Eine weitere Unterstützung für die Rolle von MLCK bei der ICAM-1-vermittelten Signalübertragung bot die Hemmung der MLCK-Aktivierung mit ML-7 (1 mg kg-1, i.p.36) vor der ICAM-1-Vernetzung verhinderte die Zunahme der Permeabilität (Abbildung 6c). Diese Daten zeigen, dass eine erhöhte intestinale Epithelpermeabilität in vivo nach ICAM-1-Ligatur von MLCK abhängig ist.
Da eine erhöhte epitheliale Permeabilität mit einer verstärkten PMN-Migration einhergeht, stellten wir die Frage, ob eine Ligatur von ICAM-1 zu einer verstärkten PMN-Rekrutierung in vivo führen würde. Mit Hilfe des murinen Darmschlingenmodells wurde die PMN-Infiltration in die Darmschleimhaut und die Migration in das Lumen durch die Verabreichung des Chemoattraktivums CXCL1 (1 μM in 200 μl Hank’s balanced salt solution (HBSS)+) induziert und durch Immunfluoreszenzmarkierung/konfokale Mikroskopie und Analyse der auf Zytospins präparierten und mit Diff-Quik gefärbten Lavageflüssigkeit quantifiziert. In Abwesenheit des Chemoattraktanten wurden PMNs weder im Darmepithel noch im Darmlumen nachgewiesen (nicht gezeigt); die Verabreichung von CXCL1 aus dem Darm löste jedoch eine signifikante PMN-Migration in die Epithelschicht (Abbildung 7a) und eine Akkumulation im Darmlumen aus (Abbildung 7c). In Übereinstimmung mit dem zytokininduzierten Anstieg der Permeabilität erhöhte die IFNγ/TNFα-Behandlung die Anzahl der PMN im Darmepithel um das ∼2,2-fache und im Lumen um das ∼1,7-fache. Wichtig ist, dass die Zugabe von ICAM-1 vernetzendem Abs in das Lumen von mit Zytokin behandelten Darmschlingen die Anzahl der PMN sowohl im Epithel (∼1,6-fach, Abbildung 7a,b) als auch im Lumen (∼1,4-fach, Abbildung 7c,d) weiter erhöhte (im Vergleich zur Zytokinbehandlung allein). PMN (grün), die das Darmepithel (rot) infiltrieren, sind in repräsentativen Bildern von Gewebeschnitten aus zytokinaktivierten Darmschlingen nach ICAM-1-Ligatur dargestellt (Abbildung 7b). Ebenso sind PMN, die nach ICAM-1-Ligatur in das Lumen eingewandert sind, in repräsentativen Bildern von Spülflüssigkeiten aus Darmschlingen dargestellt (Abbildung 7d).

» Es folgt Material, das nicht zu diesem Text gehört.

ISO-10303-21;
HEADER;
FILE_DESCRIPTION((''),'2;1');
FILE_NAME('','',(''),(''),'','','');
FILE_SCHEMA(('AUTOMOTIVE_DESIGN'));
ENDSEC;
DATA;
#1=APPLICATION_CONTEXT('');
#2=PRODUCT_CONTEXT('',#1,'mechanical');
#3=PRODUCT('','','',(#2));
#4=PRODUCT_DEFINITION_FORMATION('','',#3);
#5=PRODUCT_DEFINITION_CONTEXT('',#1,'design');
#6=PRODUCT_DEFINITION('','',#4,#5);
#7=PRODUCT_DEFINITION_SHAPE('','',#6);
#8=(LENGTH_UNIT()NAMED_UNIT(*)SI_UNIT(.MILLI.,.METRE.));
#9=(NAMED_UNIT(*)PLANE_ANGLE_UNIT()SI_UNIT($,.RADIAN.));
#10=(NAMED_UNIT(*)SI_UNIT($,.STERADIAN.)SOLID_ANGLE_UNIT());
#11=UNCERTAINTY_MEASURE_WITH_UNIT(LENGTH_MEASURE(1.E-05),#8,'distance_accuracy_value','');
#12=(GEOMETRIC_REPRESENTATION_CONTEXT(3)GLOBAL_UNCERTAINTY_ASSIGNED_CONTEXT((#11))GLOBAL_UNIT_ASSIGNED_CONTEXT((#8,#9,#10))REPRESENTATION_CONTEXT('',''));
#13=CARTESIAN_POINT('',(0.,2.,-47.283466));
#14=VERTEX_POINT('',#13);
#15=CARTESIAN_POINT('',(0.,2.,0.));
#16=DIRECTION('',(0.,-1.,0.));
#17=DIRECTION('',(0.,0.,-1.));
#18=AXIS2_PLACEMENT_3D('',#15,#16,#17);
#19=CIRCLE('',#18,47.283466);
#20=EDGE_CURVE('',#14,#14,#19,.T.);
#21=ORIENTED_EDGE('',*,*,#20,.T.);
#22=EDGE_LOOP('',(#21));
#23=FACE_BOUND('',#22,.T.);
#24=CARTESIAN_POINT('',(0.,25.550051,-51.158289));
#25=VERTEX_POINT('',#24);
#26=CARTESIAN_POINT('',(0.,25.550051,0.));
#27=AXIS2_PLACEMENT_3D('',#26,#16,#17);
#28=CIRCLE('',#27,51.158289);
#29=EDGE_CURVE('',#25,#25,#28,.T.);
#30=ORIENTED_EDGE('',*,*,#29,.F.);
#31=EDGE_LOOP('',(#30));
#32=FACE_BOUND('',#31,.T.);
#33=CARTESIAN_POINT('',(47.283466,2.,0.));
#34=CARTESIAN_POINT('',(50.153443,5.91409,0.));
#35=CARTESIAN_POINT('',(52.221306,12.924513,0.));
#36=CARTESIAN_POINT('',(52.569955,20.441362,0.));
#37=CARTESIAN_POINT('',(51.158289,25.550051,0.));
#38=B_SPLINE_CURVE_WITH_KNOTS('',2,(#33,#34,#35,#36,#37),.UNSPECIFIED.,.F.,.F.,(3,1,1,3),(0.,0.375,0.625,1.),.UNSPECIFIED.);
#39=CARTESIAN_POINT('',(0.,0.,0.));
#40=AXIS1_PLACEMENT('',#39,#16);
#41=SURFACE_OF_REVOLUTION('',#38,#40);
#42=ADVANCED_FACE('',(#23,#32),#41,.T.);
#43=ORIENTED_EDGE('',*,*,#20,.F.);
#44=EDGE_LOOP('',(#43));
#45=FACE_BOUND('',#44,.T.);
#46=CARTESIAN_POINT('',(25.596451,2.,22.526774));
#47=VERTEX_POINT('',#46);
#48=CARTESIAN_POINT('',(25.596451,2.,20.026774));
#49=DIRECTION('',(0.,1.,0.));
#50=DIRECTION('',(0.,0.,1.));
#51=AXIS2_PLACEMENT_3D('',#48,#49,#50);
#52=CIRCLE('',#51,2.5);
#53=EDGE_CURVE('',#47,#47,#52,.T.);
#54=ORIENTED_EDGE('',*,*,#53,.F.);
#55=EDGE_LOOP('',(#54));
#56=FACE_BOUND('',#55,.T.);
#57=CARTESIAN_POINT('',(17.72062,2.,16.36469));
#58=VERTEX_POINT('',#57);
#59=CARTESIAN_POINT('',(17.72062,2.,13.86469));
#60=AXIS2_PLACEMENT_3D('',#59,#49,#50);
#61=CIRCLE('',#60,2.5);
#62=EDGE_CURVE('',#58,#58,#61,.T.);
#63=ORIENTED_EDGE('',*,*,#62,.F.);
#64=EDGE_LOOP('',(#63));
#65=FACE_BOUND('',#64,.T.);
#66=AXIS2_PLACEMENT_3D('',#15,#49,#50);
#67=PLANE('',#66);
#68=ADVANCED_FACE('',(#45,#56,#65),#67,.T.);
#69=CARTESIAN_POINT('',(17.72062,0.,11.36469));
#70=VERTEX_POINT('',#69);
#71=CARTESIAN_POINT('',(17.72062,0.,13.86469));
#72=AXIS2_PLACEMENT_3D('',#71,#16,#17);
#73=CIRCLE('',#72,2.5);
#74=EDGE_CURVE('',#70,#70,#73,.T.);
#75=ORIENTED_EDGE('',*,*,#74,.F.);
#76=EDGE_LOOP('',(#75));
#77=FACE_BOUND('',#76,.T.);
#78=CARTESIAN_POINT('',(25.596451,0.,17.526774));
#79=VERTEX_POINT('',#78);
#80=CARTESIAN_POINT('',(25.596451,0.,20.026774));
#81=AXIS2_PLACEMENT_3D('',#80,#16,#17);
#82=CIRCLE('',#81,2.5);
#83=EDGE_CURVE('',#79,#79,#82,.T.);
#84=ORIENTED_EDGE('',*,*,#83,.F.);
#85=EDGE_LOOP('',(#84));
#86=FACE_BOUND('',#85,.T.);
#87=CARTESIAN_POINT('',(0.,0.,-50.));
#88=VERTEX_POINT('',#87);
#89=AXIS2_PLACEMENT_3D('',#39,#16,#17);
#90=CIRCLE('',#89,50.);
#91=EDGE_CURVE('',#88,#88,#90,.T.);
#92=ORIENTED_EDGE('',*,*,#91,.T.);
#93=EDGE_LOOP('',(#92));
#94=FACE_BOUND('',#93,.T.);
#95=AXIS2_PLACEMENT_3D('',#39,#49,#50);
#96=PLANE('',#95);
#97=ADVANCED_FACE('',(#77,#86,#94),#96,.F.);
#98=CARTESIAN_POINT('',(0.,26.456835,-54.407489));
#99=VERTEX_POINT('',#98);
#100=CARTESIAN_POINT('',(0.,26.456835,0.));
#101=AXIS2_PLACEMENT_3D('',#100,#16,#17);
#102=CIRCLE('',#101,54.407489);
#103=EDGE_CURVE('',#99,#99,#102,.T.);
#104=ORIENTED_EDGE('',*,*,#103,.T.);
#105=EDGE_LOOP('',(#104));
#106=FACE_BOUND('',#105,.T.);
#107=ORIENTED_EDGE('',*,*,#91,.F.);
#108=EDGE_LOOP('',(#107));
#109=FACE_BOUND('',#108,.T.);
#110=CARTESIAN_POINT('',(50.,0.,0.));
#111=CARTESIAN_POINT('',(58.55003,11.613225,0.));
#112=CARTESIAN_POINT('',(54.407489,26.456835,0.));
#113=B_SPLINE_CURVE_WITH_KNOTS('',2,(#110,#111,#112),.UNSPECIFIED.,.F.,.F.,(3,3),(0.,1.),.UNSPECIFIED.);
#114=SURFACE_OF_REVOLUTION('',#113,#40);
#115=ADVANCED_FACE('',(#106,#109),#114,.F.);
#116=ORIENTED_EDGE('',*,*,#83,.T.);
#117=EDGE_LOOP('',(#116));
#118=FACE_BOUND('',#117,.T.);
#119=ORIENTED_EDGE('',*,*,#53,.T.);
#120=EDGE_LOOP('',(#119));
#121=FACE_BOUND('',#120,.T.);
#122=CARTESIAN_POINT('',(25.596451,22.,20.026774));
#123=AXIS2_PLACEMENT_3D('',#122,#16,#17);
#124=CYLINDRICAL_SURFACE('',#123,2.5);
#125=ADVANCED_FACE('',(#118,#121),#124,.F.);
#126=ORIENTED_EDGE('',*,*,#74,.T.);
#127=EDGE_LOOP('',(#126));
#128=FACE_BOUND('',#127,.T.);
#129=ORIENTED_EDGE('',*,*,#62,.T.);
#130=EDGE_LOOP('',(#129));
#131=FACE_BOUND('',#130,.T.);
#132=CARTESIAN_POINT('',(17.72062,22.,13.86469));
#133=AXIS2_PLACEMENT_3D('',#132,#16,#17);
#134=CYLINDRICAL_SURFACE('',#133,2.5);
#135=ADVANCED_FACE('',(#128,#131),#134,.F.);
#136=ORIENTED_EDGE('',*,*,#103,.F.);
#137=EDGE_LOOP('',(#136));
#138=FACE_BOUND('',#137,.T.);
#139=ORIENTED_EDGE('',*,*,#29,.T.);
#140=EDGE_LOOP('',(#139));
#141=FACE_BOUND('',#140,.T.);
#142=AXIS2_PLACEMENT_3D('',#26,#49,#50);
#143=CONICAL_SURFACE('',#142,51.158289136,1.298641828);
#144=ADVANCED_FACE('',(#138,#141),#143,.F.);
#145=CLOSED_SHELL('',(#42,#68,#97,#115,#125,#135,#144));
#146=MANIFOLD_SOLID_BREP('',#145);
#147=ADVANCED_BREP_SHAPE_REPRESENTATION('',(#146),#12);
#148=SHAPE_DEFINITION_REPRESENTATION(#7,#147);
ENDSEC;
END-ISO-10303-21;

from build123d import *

# Parameters (mm, degrees)
SKETCH2_R          = 2.5
CUT_EXTRUDE2_DEPTH = 22


with BuildPart() as part:
    # Sketch1 → Revolve1 (revolve)
    with BuildSketch(Plane.XY):
        with BuildLine():
            add(Edge.make_bspline(
                [(51.158289136, 25.550050858), (54.407489378, 26.45683456)],
                knots=[0, 0, 1, 1], degree=1))
            add(Edge.make_bspline(
                [(50, 0), (58.550029809, 11.613224852), (54.407489378, 26.45683456)],
                knots=[0, 0, 0, 1, 1, 1], degree=2))
            Line((50, 0), (0, 0))
            Line((0, 0), (0, 2))
            Line((0, 2), (47.283465646, 2))
            add(Edge.make_bspline(
                [(47.283465646, 2), (50.153442659, 5.914089702), (52.221306271, 12.924512735), (52.569955472, 20.441362346), (51.158289136, 25.550050858)],
                knots=[0, 0, 0, 0.375, 0.625, 1, 1, 1], degree=2))
        make_face()
    revolve(axis=Axis((0, 0, 0), (0, 1, 0)))

    # Sketch2 → Cut-Extrude2 (cut)
    with BuildSketch(Plane.XZ):
        with Locations((25.596451493, 20.026773853)):
            Circle(SKETCH2_R)
        with Locations((17.720620264, 13.864689591)):
            Circle(SKETCH2_R)
    extrude(amount=-CUT_EXTRUDE2_DEPTH, mode=Mode.SUBTRACT)


solid = part.part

In Übereinstimmung mit den durch ICAM-1-Ligatur induzierten Erhöhungen der epithelialen Permeabilität war die verstärkte PMN-Migration in das Darmlumen von ICAM-1-vermittelten Signalereignissen und MLCK-Aktivierung abhängig. Sowohl die intraluminale Zugabe des ICAM-1-Peptids, nicht aber des Kontrollpeptids (nicht gezeigt; 100 μg ml-1, 30 min), als auch die Hemmung von MLCK (ML-7, 1 mg kg-1, i.p.) vor der Ab-vermittelten Vernetzung von ICAM-1 hemmten die durch die ICAM-1-Ligation induzierte Zunahme der PMN-Migration vollständig (Abbildung 7a,c). Diese Ergebnisse deuten darauf hin, dass die Bindung von ICAM-1 an die apikale intestinale Epithelmembran unter Entzündungsbedingungen die Barrierefunktion beeinträchtigt und so eine verstärkte Rekrutierung von PMN in vivo erleichtert.